After the tasks were completed and the data was collected, C. H.’s results were organized by presentation style and stimuli characteristics. For reading tasks, he scored best overall on stimuli in the lowercase presentation style (30% correct) and worst overall on stimuli in the plus sign presentation style (9% correct). Second worst was his performance on the vertical presentation style (21% correct). For the lexical decision tasks, we saw that C. H. did best on stimuli in the all capital letter presentation style (79.58% correct) and worst on stimuli in the vertical presentation style (64.17% correct), although his second worst performance came in the plus sign presentation style (65% correct). Across both the reading and lexical decision tasks, he scored higher on stimuli that were more frequent, shorter in length, and easier to visualize. In the lexical decision tasks, he scored higher on low-neighborhood density items than high-neighborhood density items.

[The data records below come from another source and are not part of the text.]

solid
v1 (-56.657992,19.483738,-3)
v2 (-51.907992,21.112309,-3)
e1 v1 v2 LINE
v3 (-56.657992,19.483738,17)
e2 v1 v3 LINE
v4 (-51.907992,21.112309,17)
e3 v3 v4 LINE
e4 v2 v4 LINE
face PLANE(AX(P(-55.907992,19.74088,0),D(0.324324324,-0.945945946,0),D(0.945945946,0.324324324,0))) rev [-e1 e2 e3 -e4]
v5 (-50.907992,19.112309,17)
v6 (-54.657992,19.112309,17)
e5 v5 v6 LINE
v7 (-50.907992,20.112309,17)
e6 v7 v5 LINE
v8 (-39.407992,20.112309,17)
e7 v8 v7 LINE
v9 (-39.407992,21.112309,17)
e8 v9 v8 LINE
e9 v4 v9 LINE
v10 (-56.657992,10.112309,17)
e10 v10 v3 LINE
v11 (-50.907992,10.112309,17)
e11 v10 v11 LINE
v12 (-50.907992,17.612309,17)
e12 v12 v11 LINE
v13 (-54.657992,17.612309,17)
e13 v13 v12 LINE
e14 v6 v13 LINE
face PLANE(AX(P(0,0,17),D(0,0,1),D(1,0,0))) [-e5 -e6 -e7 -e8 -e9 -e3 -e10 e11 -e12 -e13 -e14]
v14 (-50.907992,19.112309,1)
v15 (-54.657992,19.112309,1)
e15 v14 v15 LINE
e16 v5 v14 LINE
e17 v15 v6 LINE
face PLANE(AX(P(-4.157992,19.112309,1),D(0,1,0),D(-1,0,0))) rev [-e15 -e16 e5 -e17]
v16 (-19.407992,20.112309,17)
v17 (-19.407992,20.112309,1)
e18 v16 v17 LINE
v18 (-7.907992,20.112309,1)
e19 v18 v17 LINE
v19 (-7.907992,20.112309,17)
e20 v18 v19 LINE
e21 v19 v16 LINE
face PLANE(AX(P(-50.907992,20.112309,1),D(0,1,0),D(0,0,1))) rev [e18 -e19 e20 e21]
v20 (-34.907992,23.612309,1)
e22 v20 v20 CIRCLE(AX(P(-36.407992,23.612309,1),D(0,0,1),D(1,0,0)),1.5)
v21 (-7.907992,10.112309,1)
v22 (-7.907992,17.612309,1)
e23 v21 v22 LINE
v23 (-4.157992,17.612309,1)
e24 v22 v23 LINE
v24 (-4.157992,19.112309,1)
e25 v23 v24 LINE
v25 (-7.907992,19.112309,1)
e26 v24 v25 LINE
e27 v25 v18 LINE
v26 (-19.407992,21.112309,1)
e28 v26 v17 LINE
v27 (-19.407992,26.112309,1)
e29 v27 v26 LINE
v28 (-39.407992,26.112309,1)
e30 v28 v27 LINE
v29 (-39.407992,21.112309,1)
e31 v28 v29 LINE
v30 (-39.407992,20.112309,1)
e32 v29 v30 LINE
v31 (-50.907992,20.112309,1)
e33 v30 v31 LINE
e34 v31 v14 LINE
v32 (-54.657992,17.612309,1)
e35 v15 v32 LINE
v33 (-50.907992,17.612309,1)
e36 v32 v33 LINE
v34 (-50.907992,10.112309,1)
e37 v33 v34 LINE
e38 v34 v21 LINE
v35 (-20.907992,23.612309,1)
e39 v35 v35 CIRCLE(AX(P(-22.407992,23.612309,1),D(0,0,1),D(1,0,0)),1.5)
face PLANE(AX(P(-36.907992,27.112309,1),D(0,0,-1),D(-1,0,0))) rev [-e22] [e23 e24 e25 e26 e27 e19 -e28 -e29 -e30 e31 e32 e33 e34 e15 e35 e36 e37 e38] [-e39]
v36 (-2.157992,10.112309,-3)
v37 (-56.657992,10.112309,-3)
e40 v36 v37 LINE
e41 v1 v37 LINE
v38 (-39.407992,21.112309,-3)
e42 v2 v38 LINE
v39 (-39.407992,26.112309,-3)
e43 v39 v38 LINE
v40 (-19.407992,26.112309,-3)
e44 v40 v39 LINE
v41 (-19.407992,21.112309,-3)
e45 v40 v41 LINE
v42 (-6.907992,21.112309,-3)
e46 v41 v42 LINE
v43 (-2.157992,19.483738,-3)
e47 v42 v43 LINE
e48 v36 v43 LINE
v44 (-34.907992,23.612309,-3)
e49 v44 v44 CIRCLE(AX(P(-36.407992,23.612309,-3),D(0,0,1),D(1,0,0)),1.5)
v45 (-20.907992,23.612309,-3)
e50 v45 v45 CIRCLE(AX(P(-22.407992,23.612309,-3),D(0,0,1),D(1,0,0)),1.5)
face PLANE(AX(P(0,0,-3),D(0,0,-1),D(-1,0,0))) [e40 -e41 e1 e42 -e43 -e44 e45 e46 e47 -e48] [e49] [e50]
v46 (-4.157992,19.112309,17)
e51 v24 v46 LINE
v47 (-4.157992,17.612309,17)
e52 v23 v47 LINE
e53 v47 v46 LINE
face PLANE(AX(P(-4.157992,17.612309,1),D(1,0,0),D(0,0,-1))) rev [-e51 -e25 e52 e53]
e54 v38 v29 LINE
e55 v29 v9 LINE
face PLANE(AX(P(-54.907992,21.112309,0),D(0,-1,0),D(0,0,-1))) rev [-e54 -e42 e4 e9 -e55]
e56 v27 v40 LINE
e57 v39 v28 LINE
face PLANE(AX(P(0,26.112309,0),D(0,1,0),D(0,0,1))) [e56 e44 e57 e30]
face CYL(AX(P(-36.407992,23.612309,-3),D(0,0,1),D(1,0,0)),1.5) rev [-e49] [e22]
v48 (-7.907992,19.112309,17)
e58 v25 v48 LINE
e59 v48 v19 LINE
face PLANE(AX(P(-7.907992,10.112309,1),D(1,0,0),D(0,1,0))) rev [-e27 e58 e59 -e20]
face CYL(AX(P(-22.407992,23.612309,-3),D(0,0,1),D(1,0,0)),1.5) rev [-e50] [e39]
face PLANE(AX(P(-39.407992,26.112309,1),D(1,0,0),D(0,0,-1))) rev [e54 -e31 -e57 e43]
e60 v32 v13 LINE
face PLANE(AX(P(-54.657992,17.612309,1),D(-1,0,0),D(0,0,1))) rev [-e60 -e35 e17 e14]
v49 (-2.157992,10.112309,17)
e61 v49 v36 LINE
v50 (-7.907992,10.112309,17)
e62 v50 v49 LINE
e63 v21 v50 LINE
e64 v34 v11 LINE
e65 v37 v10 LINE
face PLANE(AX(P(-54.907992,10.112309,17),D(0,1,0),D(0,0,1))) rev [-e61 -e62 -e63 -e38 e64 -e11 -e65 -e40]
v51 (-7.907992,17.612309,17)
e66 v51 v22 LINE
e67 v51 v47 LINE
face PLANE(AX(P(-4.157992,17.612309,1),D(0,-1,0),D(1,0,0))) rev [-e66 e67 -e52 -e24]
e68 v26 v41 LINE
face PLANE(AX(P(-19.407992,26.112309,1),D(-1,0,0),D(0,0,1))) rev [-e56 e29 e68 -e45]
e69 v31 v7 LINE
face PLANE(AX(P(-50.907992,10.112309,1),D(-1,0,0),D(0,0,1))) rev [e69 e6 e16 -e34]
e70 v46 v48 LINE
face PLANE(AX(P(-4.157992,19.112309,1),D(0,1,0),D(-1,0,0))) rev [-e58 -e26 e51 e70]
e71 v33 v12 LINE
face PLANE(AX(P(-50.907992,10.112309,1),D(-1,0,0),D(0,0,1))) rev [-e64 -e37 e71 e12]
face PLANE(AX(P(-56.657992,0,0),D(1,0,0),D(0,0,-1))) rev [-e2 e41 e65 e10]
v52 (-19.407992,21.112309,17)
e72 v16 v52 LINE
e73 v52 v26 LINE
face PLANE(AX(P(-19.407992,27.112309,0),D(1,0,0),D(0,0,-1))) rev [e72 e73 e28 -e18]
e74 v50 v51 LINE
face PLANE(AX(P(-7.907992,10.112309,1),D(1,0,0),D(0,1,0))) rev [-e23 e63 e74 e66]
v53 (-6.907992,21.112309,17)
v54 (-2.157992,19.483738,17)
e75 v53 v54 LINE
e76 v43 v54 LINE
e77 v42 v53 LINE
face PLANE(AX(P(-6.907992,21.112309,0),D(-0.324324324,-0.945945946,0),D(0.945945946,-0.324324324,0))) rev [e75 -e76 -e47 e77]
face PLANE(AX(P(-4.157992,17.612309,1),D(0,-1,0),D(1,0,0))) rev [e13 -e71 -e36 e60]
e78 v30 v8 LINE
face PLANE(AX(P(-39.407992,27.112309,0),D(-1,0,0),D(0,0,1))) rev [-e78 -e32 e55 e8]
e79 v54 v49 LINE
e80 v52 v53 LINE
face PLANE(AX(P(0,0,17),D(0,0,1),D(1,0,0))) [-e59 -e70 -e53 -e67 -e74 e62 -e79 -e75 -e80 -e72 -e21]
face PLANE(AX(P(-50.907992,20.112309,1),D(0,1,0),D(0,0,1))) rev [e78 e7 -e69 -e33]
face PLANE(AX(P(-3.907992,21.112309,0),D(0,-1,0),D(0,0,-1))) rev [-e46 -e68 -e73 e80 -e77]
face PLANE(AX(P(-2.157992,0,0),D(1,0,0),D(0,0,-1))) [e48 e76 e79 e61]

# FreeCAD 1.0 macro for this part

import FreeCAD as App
import Part
import Sketcher
from FreeCAD import Vector


def add_polygon(sketch, points):
    """Adds a closed chain of lines whose ends are joined by coincident constraints."""
    first, n = sketch.GeometryCount, len(points)
    for a, b in zip(points, points[1:] + points[:1]):
        sketch.addGeometry(Part.LineSegment(App.Vector(*a, 0), App.Vector(*b, 0)), False)
    for i in range(n):
        sketch.addConstraint(Sketcher.Constraint("Coincident", first + i, 2, first + (i + 1) % n, 1))

doc = App.newDocument("Part")
body = doc.addObject("PartDesign::Body", "Body")

# Sketch on XY plane
sketch1 = body.newObject("Sketcher::SketchObject", "Sketch")
sketch1.AttachmentSupport = (doc.getObject("XY_Plane"), [""])
sketch1.MapMode = "FlatFace"
add_polygon(sketch1, [(-55, 27), (-55, 10), (-4, 10), (-4, 27)])  # lines 0-3
sketch1.addConstraint(Sketcher.Constraint("Vertical", 0))
sketch1.addConstraint(Sketcher.Constraint("Horizontal", 1))
sketch1.addConstraint(Sketcher.Constraint("Vertical", 2))
sketch1.addConstraint(Sketcher.Constraint("Horizontal", 3))
sketch1.addConstraint(Sketcher.Constraint("DistanceX", 1, 1, 1, 2, 51.0))
sketch1.addConstraint(Sketcher.Constraint("DistanceY", 0, 2, 0, 1, 17.0))
sketch1.addConstraint(Sketcher.Constraint("DistanceX", 0, 2, -1, 1, 54.907992))
sketch1.addConstraint(Sketcher.Constraint("DistanceY", -1, 1, 0, 2, 10.112309))
pad1 = body.newObject("PartDesign::Pad", "Pad")
pad1.Profile = sketch1
pad1.Length = 17

# Sketch on XZ plane
sketch2 = body.newObject("Sketcher::SketchObject", "Sketch001")
sketch2.AttachmentSupport = (doc.getObject("XZ_Plane"), [""])
sketch2.MapMode = "FlatFace"
sketch2.AttachmentOffset = App.Placement(Vector(0, 0, -10.112309), App.Rotation())
add_polygon(sketch2, [(-37, 17), (-37, 1), (-22, 1), (-22, 17)])  # lines 0-3
sketch2.addConstraint(Sketcher.Constraint("Vertical", 0))
sketch2.addConstraint(Sketcher.Constraint("Horizontal", 1))
sketch2.addConstraint(Sketcher.Constraint("Vertical", 2))
sketch2.addConstraint(Sketcher.Constraint("Horizontal", 3))
sketch2.addConstraint(Sketcher.Constraint("DistanceX", 1, 1, 1, 2, 15.0))
sketch2.addConstraint(Sketcher.Constraint("DistanceY", 0, 2, 0, 1, 16.0))
sketch2.addConstraint(Sketcher.Constraint("DistanceY", -1, 1, 0, 2, 1.0))
sketch2.addConstraint(Sketcher.Constraint("DistanceX", 0, 2, -1, 1, 36.907992))
pocket1 = body.newObject("PartDesign::Pocket", "Pocket")
pocket1.Profile = sketch2
pocket1.Length = 17

# Sketch on XY plane
sketch3 = body.newObject("Sketcher::SketchObject", "Sketch002")
sketch3.AttachmentSupport = (doc.getObject("XY_Plane"), [""])
sketch3.MapMode = "FlatFace"
sketch3.AttachmentOffset = App.Placement(Vector(0, 0, 17), App.Rotation())
add_polygon(sketch3, [(-51, 20), (-51, 10), (-8, 10), (-8, 20)])  # lines 0-3
sketch3.addConstraint(Sketcher.Constraint("Vertical", 0))
sketch3.addConstraint(Sketcher.Constraint("Horizontal", 1))
sketch3.addConstraint(Sketcher.Constraint("Vertical", 2))
sketch3.addConstraint(Sketcher.Constraint("Horizontal", 3))
sketch3.addConstraint(Sketcher.Constraint("DistanceX", 1, 1, 1, 2, 43.0))
sketch3.addConstraint(Sketcher.Constraint("DistanceY", 0, 2, 0, 1, 10.0))
sketch3.addConstraint(Sketcher.Constraint("DistanceX", 0, 2, -1, 1, 50.907992))
sketch3.addConstraint(Sketcher.Constraint("DistanceY", -1, 1, 0, 2, 10.112309))
pocket2 = body.newObject("PartDesign::Pocket", "Pocket001")
pocket2.Profile = sketch3
pocket2.Length = 16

These results lead us to several crucial conclusions. First, C. H. clearly has a problem with reading words that contain interrupters, as evidenced by his poor performance with reading the plus sign words. Second, C. H. is not using contour information to read; if he were, then his worst performances should have come on the all caps reading tasks, since capital letters do not have any specific contour. Evidence suggests he is indeed using a partial guessing strategy to read because he performed better on low-neighborhood density words than on high-neighborhood density words. These conclusions are significant because they suggest further tests for C. H. More importantly, these conclusions could be especially helpful for people suffering similar reading deficits. For example, presenting information using short, common, and non-abstract words could increase the number of words these people can successfully read, increasing the chance of them interpreting the information correctly. Dr. Fischer-Baum’s lab plans to perform further tasks with C. H. in order to assess his capacity for reading in context.

References

  1. Howard, D. Reading Without Letters; The Cognitive Neuropsychology of Language; Lawrence Erlbaum; 1987; pp 27-58.